Robin’s depressing little brown studio with its strident telephone was no help. It sat above The 13 Coins Chinese restaurant and the nauseating cooking fumes frequently seeped in. At night, I smelled the odor clinging to my pillowcase. While I tossed and turned on the narrow daybed, Robin was ensconced in his luxury, high-rise condo. Liz had decorated it with zebra-skin covered floors, mirrored walls, and countless vases filled with armfuls of white lilies.
In search of sleep, I began medicating on wine and sleeping pills. I could understand why Vietnam vets suffered this way but why me? I had not been in combat.
Life remained unpredictable. Short term, there was the book to finish but what then? I still toyed with the idea of adoption but over the last few years, my zeal had faded, impeded by too many obstacles; little things, such as the war. However, I had made enquiries at a New York adoption agency only to be told that it was impossible for single women to adopt. Liberal changes allowing ‘singles’ and homosexuals to adopt were many years down the road.
I wanted to keep my promise to take one of those Asian street children but, long ago in Australia, I swore I would never marry again. I planned to finish my life very happily as a single woman. Thoughts of children had been shoved strongly off my radar…unil that night in Manila when I saw those little beggars asleep on the sidewalk and my heart broke. The sight of their soiled, crumpled bodies flashed to mind. The eldest no older than maybe eight; newspaper used in place of sheets; and the huge, hairy, red-eyed rat that scurried away from the soles of their feet at my approach.
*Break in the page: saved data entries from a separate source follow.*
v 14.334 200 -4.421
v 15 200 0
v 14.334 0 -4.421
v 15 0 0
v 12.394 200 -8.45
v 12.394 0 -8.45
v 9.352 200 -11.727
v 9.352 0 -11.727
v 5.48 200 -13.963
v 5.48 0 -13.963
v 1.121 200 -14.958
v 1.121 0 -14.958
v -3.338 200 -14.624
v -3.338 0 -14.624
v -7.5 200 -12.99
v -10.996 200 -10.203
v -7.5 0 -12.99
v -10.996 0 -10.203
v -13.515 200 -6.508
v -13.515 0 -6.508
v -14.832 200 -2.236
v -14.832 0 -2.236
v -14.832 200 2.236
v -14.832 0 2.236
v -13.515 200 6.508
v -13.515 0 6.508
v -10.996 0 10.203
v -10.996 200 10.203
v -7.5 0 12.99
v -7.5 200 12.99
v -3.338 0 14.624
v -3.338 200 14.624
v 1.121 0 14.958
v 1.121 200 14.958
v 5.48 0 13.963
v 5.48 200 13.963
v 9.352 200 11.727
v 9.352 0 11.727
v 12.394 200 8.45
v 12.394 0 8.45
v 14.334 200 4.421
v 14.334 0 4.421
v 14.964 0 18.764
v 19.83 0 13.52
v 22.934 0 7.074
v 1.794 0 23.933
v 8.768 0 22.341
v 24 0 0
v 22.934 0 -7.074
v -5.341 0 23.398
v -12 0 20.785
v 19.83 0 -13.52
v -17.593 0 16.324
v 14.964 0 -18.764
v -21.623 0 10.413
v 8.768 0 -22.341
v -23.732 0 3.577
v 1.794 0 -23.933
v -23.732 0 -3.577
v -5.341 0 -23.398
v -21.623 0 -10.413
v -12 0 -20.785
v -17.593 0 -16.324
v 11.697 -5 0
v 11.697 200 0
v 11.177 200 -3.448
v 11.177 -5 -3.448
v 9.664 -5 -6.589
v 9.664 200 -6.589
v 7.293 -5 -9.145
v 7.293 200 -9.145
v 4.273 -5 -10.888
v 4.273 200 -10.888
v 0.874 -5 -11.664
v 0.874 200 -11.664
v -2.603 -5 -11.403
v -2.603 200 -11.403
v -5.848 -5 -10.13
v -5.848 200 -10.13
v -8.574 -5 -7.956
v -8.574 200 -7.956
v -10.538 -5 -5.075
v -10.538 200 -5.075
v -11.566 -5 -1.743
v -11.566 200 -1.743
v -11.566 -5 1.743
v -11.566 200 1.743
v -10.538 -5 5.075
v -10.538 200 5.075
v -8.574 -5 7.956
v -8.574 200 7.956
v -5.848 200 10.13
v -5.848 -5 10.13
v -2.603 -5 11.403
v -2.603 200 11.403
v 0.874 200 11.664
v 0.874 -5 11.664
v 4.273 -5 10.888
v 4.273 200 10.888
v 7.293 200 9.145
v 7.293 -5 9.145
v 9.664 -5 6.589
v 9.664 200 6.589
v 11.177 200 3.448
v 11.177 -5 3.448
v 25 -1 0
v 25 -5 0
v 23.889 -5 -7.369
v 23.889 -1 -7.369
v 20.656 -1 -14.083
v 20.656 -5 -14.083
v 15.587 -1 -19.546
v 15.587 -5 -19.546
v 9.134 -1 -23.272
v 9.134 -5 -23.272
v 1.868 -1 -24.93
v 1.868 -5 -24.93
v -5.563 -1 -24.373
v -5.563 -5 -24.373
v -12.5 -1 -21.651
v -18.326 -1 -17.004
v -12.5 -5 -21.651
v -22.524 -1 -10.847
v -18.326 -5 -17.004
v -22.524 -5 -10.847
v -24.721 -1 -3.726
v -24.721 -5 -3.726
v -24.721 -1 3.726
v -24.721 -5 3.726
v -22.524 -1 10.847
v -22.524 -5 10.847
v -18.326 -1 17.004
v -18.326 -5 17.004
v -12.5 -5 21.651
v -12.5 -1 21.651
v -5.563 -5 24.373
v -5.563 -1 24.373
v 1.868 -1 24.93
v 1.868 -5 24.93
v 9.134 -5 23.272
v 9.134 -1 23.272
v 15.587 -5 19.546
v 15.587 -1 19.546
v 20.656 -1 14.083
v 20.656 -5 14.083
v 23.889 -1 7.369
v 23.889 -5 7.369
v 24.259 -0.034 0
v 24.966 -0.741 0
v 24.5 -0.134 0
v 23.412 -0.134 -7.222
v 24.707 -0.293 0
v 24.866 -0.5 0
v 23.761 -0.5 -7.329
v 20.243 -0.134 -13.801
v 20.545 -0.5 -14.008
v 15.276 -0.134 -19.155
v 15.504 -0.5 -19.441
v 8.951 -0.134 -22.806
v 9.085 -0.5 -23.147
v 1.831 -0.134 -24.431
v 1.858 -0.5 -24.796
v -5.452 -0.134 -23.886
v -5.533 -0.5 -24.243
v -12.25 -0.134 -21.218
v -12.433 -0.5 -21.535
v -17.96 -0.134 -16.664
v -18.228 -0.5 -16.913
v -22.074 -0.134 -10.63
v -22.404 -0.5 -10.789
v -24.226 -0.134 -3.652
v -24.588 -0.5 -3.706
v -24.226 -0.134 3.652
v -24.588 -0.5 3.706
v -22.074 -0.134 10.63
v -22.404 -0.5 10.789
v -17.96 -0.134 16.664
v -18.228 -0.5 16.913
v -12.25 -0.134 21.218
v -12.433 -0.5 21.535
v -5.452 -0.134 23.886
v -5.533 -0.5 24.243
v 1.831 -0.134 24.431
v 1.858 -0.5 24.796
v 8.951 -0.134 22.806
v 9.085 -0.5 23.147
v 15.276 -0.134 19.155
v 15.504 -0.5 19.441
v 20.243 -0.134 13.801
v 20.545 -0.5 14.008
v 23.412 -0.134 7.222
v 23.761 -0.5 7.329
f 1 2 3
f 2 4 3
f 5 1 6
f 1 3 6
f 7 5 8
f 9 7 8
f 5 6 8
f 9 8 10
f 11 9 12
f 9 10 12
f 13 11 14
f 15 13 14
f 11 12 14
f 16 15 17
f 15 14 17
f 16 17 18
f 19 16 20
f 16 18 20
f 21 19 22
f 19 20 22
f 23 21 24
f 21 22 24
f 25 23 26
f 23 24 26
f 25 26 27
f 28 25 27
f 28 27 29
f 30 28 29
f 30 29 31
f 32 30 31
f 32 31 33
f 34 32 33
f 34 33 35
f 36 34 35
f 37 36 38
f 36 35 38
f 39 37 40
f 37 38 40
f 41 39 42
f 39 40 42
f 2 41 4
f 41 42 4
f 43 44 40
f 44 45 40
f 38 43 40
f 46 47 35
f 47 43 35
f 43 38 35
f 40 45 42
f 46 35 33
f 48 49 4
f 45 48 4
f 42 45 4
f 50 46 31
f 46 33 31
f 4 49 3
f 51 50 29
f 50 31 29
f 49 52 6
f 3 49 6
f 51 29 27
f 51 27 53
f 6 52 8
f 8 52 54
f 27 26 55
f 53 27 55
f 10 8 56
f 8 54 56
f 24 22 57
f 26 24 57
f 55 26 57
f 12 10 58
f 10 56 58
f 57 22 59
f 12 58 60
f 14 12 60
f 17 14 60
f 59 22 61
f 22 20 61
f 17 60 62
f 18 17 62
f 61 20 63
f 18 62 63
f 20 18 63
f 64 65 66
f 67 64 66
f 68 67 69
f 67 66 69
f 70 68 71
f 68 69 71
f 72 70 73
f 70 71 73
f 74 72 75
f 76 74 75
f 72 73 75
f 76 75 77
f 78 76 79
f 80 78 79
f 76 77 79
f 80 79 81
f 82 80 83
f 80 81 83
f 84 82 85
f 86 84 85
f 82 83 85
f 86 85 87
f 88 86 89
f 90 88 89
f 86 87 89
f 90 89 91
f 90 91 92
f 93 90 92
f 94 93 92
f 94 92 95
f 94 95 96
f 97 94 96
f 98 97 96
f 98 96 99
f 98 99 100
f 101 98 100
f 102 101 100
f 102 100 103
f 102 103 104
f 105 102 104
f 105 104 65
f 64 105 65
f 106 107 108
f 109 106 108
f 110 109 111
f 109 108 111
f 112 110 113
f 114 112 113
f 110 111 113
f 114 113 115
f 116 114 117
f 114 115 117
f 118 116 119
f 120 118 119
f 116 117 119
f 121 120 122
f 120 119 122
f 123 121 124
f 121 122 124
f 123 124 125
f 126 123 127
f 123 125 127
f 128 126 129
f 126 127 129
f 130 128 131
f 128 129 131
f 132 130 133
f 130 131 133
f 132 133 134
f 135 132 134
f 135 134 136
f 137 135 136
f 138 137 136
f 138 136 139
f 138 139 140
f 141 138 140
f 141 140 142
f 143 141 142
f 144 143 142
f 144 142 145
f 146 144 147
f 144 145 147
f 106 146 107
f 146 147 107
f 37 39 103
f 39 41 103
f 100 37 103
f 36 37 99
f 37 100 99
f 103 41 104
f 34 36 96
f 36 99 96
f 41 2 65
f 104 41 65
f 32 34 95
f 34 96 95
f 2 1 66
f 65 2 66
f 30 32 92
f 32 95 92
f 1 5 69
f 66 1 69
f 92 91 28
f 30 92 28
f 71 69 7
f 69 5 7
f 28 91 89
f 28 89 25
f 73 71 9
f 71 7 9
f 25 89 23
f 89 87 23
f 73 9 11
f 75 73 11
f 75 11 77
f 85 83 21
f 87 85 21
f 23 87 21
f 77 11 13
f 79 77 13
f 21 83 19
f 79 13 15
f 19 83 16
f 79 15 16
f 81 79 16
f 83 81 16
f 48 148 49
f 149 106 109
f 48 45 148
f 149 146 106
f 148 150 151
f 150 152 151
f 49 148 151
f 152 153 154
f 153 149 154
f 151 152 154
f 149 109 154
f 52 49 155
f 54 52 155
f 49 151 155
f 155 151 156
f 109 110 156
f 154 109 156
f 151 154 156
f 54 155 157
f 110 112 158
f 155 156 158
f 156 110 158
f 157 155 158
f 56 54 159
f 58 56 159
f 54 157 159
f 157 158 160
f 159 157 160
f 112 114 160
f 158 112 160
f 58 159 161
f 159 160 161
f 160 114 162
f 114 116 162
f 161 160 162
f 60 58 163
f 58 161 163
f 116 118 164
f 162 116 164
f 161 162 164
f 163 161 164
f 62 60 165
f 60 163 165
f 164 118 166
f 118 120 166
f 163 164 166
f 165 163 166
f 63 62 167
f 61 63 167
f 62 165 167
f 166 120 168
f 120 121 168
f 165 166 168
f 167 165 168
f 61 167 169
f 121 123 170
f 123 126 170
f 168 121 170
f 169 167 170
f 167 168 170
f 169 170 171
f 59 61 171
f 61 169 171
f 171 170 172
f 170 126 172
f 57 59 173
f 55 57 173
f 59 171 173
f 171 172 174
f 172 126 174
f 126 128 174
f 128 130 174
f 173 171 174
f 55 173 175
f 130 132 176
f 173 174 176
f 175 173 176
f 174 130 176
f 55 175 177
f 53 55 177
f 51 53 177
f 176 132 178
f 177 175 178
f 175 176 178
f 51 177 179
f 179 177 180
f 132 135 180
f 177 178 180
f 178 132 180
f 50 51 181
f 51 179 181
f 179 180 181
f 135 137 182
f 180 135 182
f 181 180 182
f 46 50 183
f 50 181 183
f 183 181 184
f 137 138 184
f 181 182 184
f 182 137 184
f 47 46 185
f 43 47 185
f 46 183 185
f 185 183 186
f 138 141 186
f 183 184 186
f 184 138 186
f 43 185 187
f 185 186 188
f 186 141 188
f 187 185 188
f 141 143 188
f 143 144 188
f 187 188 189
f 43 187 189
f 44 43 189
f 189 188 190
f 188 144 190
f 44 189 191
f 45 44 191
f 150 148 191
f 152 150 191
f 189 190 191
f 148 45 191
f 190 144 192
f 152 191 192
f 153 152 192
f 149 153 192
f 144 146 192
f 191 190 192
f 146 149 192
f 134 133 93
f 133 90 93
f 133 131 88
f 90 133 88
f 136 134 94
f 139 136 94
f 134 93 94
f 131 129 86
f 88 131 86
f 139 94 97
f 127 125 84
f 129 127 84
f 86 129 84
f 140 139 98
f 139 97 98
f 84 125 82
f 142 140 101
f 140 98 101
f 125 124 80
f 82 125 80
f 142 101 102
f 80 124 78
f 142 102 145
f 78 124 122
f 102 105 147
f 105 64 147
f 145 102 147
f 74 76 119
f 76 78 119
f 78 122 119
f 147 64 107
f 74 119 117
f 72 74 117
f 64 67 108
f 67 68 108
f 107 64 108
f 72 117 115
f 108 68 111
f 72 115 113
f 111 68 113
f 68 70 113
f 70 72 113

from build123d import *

# Parameters (mm, degrees)
FILLET2_R          = 1
SKETCH2_R          = 11.696559432
CUT_EXTRUDE1_DEPTH = 206


with BuildPart() as part:
    # Sketch1 → Revolve1 (revolve)
    with BuildSketch(Plane.XY):
        Polygon((0, 0), (0, 200), (15, 200), (15, 0), (25, 0), (25, -5), (0, -5), align=None)
    revolve(axis=Axis((0, 0, 0), (0, 1, 0)))

    # Fillet2
    fillet2_edges = [part.edges().sort_by_distance(p)[0] for p in [
        (-25, 0, 0),
    ]]
    fillet(fillet2_edges, radius=FILLET2_R)

    # Sketch2 → Cut-Extrude1 (cut, through all)
    with BuildSketch(Plane(origin=(0, 200, 0), x_dir=(1, 0, 0), z_dir=(0, 1, 0))):
        Circle(SKETCH2_R)
    extrude(amount=-CUT_EXTRUDE1_DEPTH, mode=Mode.SUBTRACT)


solid = part.part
Putting down my empty coffee cup, I noisily tidied the kitchen, hoping to wake Robin. He didn’t stir but I heard a sound outside the door. Opening it, I found no one there. But, from the corner of my eye, I caught a glimpse of a black, flowing skirt disappearing around the corner. My foot brushed against something. I bent and picked up a small, rag doll riddled with pins.
“Not another one,” I mumbled, slamming the door and throwing the gift from Robin’s girlfriend into the garbage can.
Robin had introduced us the previous week when she broke his rule of no uninvited guests at the studio. She had stared at me from granite-hard eyes as she wrapped her arms possessively around Robin’s waist. Tall and thin, she towered above him and her long, black hair fell across his shoulders.
“Did Robin tell you I’m a witch?” She rasped, “You keep your hands off my man if you know what’s good for you.”
I had laughed aloud, my respect for Robin plummeting. “Well, hop on your broomstick and fly away. I’m busy.”
Robin got rid of her and returned, shoulders hunched, avoiding my eyes.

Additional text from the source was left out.